Export & Sharing: CSV/JSON Export, Public Links, Notion Embedding
Export traces, datasets, and eval runs as CSV or JSON from any page. Create shareable public links with configurable expiry (1h, 24h, 7d, 30d, or never) for traces, datasets, and eval runs. Public pages render in a clean, minimal layout that works as Notion /embed blocks or any iframe. Share links can be revoked at any time. Full RBAC: viewers can export, members can create share links, admins can revoke. All export and sharing actions are audit-logged.
Custom Dashboards, Saved Views & Dashboard Improvements
Build fully customizable dashboards with drag-and-drop widget reordering (powered by dnd-kit), resizable widgets (1x1, 2x1, 1x2, 2x2), and 17 widget types including new Token Usage, Success Rate, and Model Usage charts. Save filtered trace views for quick access. Overview page now features a time range selector (7d/14d/30d/90d), KPI trend deltas comparing current vs previous period, and polished chart styling. Also fixes: playground output now displays correctly, span tree scrolling works for Model Parameters, and tRPC mutations no longer block on query batches.
Prompt A/B Testing
Compare prompt template versions with traffic splitting and statistical significance. Create experiments with weighted variants, track per-variant scores in real-time, and get automated winner detection via Welch's t-test (p-value, 95% CI). Tests auto-complete when significance is reached. Full dashboard with KPI cards, variant performance table, stat sig comparison panel, and built-in score simulation for testing.
Prompt Template Dashboard
Create prompt templates directly from the dashboard with auto-extracted {{variable}} detection. Click any template row to expand and view all versions with full prompt content, commit messages, span usage counts, and one-click copy.
Java SDK v0.1.0
New Java SDK (Maven: com.twosignal:twosignal-sdk) with singleton client, daemon thread batch exporter, ThreadLocal context propagation, SpanHandle.run() for scoped tracing, cost calculation, and OpenAI wrapper. Java 11+ compatible.
Ruby SDK v0.1.0
New Ruby SDK (gem: twosignal) with zero runtime dependencies, daemon thread exporter, Thread.current context propagation, block-based span tracing, observe method decorator, and OpenAI wrapper. Ruby 3.0+ compatible.

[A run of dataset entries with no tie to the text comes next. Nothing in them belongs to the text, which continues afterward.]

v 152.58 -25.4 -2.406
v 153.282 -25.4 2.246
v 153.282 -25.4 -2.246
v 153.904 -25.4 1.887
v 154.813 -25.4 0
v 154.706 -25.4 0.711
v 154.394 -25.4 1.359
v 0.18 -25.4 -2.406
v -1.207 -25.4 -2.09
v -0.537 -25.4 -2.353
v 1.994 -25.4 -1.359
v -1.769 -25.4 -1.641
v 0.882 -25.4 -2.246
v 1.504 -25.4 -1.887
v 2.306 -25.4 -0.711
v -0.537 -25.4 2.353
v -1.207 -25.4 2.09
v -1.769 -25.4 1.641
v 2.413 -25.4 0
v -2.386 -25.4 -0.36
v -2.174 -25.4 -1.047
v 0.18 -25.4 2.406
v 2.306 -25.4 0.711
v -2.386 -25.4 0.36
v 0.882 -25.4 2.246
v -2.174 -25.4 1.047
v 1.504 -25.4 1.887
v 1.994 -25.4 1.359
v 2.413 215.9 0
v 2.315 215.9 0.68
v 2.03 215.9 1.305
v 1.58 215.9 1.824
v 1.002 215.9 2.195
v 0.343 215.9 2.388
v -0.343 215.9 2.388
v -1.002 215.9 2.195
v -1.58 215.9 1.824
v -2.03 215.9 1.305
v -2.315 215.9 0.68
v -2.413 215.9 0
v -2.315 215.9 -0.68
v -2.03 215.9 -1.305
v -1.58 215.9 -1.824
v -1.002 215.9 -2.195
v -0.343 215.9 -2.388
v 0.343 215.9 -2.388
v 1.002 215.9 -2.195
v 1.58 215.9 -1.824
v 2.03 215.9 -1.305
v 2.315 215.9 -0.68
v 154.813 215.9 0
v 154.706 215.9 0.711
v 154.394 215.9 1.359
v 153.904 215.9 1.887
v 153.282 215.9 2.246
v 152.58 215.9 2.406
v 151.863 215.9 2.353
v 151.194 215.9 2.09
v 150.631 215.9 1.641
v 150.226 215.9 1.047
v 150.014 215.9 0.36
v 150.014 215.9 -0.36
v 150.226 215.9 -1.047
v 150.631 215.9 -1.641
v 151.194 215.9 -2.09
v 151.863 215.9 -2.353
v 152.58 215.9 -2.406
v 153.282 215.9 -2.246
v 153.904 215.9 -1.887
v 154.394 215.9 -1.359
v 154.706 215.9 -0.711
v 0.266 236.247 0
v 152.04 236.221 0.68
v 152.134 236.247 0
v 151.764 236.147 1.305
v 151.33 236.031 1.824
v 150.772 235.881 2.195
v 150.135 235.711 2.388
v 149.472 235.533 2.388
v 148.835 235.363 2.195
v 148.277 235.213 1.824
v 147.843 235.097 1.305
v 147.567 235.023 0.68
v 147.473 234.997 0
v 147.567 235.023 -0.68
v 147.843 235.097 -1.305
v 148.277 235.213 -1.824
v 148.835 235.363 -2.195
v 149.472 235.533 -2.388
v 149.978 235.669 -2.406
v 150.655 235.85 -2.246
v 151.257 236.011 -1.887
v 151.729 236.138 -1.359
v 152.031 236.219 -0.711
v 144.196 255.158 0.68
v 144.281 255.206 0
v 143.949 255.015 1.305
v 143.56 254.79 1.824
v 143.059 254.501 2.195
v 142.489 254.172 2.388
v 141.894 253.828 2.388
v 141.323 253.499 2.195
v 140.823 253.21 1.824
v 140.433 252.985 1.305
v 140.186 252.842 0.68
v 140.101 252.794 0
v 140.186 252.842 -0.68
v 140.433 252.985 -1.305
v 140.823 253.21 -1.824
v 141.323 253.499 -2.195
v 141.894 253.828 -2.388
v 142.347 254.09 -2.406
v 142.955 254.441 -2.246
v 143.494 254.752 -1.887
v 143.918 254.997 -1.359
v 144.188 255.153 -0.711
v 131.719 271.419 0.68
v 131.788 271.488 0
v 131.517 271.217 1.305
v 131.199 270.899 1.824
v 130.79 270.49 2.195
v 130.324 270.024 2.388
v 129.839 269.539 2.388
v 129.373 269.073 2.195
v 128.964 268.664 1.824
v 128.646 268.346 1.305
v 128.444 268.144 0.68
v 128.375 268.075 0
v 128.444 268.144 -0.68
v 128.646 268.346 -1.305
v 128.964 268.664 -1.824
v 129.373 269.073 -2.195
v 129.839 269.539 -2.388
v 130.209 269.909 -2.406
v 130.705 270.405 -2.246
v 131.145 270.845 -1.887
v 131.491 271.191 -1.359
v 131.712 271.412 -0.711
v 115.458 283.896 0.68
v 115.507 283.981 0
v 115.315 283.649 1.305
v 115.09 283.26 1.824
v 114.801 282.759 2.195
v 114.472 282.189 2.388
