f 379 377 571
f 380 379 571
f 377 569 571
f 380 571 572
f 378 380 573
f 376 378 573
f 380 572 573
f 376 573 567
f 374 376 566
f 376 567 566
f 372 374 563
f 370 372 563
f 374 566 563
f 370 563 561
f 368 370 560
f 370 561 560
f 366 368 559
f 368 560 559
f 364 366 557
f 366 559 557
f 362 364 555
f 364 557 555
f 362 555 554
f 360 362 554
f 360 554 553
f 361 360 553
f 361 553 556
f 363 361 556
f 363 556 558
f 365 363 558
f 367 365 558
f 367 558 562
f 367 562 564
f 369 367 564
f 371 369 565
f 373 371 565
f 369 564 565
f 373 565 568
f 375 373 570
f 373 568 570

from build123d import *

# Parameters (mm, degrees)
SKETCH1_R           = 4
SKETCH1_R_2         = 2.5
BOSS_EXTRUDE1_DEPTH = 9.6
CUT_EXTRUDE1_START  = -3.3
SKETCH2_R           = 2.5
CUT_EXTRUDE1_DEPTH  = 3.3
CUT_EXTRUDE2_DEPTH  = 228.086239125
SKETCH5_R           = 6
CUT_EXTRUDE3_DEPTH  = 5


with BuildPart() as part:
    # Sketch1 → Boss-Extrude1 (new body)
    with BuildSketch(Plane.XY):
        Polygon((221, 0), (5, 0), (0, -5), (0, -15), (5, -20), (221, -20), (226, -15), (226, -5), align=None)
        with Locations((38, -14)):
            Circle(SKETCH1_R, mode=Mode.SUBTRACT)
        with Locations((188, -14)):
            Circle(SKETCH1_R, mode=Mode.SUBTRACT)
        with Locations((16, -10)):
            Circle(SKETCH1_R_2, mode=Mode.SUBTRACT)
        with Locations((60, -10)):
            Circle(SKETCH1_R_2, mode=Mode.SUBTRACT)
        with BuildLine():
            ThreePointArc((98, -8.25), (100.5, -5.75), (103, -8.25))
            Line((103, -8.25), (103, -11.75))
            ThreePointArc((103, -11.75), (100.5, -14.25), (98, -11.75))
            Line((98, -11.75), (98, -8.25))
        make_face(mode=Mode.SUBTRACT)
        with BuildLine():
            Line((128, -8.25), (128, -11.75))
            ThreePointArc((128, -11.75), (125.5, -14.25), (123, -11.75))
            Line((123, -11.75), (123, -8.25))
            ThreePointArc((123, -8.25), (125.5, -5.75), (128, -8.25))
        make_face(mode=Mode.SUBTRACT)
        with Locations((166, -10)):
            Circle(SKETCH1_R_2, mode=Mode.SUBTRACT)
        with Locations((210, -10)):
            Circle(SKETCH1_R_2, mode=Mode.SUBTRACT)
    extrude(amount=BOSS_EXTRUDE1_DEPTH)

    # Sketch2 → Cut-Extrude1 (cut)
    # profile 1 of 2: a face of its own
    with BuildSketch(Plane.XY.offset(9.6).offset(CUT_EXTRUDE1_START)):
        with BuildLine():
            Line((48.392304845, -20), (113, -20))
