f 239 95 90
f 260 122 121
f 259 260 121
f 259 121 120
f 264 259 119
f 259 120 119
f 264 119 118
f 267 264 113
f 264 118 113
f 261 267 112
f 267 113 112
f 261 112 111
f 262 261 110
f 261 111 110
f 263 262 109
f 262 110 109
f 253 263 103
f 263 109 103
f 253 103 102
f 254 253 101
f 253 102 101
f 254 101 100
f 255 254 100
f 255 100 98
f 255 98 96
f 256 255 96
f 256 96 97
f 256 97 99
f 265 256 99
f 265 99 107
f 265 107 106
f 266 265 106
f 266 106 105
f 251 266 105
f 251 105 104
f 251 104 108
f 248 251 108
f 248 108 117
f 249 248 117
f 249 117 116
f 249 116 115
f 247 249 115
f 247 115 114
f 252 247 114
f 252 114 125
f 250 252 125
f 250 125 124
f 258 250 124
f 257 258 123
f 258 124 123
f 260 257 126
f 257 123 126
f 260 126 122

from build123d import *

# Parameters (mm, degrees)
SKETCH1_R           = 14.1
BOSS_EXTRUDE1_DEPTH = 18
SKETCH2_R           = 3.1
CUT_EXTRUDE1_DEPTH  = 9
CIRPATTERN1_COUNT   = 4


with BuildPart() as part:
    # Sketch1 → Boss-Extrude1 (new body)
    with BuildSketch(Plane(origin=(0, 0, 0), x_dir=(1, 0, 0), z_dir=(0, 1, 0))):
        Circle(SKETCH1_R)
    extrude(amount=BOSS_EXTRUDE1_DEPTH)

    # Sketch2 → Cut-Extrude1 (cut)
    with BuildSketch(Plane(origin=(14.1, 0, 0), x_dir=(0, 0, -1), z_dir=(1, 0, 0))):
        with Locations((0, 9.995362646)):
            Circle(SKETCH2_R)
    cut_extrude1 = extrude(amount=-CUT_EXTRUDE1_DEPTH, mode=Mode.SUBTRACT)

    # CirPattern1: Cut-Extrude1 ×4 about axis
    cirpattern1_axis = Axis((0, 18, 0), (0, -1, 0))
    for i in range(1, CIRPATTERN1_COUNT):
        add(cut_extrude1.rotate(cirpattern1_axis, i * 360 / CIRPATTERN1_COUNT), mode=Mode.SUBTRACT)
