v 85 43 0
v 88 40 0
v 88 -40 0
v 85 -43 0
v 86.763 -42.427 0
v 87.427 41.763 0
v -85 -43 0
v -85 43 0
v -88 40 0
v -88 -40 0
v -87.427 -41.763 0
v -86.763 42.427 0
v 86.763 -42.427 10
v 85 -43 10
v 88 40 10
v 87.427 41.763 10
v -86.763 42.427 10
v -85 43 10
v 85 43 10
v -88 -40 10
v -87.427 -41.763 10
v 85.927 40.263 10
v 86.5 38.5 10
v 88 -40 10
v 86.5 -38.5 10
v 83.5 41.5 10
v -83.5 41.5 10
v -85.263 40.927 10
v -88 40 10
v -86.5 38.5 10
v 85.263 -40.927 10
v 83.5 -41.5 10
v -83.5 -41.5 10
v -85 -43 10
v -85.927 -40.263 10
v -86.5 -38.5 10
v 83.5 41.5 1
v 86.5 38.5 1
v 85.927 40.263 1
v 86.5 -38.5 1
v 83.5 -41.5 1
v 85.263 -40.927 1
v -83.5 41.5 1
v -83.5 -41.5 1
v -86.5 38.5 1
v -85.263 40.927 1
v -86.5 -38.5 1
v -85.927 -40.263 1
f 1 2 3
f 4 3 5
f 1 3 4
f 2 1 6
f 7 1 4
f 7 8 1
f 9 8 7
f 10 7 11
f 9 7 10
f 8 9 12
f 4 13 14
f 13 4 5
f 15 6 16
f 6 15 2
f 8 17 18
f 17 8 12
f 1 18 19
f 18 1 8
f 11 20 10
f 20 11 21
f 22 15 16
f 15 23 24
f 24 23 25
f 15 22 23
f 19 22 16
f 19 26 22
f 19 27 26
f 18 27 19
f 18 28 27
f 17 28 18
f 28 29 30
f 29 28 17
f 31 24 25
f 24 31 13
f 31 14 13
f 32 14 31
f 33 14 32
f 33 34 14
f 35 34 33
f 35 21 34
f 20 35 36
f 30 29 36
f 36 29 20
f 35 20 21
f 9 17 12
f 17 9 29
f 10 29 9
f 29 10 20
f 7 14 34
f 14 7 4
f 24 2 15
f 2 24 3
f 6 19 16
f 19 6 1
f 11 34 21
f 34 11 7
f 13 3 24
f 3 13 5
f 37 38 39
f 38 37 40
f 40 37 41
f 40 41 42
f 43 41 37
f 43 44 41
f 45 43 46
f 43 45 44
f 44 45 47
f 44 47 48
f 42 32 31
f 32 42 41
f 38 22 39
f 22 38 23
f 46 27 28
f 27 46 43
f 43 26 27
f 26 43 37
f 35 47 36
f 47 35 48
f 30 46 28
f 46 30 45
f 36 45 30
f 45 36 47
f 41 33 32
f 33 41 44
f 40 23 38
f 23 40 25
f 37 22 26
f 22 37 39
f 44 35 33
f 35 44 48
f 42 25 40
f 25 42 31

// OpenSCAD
difference(){
linear_extrude(10)
offset(3)
square([170,80],center=true);
translate([0,0,1])
linear_extrude(10)
offset(3)
square([170-3,80-3],center=true);
}
/*
translate([0,95,0])
difference(){
linear_extrude(3)
offset(3)
square([170+2.5*2,80+2.5*2],center=true);
translate([0,0,1])
linear_extrude(10)
offset(3)
square([170-3+2.5*2,80-3+2.5*2],center=true);
}
*/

10 new evaluators for comprehensive AI agent testing
Added EXACT_MATCH, LENGTH, STARTS_WITH, ENDS_WITH, LEVENSHTEIN, SENTIMENT, TOXICITY, GROUNDEDNESS, TOOL_CALL_VALIDATION, and PROMPT_INJECTION evaluators. Includes LLM-based hallucination detection and prompt injection defense.
Stripe SDK validation
Added server-side validation for Stripe SDK integration to ensure billing events are properly verified before processing.

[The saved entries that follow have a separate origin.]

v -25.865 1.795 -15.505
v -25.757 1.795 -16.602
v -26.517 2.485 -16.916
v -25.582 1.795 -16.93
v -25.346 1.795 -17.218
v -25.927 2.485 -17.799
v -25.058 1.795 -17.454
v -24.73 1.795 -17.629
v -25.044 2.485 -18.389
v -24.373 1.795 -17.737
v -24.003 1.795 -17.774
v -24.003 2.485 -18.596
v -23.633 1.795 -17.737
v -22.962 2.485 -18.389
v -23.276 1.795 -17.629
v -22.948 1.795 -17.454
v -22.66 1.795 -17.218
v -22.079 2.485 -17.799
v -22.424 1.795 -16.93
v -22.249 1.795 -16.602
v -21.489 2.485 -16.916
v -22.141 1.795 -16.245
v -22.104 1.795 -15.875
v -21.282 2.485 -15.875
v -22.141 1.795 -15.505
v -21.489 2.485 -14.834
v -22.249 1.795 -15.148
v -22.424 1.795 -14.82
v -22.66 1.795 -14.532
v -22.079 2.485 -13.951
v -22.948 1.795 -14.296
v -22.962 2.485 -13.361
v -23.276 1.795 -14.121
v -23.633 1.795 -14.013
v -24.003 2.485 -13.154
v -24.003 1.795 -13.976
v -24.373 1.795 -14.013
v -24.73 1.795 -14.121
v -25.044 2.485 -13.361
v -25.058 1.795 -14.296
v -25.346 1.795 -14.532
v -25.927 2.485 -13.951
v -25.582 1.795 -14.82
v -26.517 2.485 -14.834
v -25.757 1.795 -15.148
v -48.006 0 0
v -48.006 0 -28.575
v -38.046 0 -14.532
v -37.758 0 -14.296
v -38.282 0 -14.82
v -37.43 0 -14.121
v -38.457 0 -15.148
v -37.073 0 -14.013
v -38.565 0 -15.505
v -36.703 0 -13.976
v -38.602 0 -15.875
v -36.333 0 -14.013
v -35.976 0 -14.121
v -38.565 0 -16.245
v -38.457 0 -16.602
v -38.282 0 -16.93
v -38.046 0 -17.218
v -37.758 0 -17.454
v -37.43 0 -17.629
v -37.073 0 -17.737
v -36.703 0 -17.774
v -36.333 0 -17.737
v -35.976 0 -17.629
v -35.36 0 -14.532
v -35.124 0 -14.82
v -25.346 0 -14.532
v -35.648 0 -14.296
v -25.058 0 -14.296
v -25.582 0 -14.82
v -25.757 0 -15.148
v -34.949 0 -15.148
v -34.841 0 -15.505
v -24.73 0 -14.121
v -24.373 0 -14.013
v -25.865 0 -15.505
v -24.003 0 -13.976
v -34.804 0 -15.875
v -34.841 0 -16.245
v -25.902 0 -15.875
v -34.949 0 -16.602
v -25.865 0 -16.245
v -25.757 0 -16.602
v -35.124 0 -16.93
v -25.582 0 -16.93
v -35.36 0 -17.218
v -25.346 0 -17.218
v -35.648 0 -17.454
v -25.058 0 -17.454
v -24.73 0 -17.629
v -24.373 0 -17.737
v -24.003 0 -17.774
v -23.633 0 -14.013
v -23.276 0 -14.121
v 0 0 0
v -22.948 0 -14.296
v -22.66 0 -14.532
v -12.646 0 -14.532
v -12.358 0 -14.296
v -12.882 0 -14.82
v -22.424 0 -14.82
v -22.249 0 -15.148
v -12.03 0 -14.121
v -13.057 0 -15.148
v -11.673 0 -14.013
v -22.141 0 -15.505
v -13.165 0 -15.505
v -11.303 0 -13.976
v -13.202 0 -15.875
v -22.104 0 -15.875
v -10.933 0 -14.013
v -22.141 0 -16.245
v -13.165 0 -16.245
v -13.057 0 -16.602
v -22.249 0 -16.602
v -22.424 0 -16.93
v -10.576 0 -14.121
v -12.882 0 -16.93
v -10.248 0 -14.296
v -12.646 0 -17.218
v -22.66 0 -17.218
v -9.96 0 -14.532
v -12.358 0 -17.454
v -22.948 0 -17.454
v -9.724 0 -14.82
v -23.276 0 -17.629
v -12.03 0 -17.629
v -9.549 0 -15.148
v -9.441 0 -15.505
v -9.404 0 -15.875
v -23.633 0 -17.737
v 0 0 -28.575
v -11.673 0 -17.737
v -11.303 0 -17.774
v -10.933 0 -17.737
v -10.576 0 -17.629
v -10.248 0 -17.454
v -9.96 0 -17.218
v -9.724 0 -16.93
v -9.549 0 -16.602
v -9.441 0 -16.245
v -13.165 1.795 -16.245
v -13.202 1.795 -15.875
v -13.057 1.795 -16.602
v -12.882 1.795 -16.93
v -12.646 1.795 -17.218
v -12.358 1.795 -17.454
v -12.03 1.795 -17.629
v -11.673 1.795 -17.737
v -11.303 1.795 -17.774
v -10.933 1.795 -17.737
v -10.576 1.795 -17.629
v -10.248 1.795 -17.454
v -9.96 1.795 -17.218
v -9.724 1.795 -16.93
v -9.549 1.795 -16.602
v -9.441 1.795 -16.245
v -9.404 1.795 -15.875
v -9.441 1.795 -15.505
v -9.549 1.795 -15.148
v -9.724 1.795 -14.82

Rate limiting for REST API
Implemented per-API-key rate limiting using Redis sliding window. Prevents abuse and ensures fair usage across all projects.
Contact page
Added a contact sales page to the marketing site with form validation.
Python SDK v0.1.0
Initial release of the Python SDK with @observe decorator, OpenAI and Anthropic wrappers, background batch export, and automatic cost tracking.
7 built-in evaluators
Shipped LLM Judge, Contains, Regex Match, JSON Schema, Similarity, Latency, and Cost evaluators. Evaluators run async via BullMQ workers.
REST API for trace ingestion
POST /api/v1/traces endpoint for batch trace ingestion with S3 persistence, usage tracking, and async database writes.
Platform launch
Initial launch of 2Signal with trace ingestion, evaluation engine, dashboard, and Python SDK support for OpenAI and Anthropic.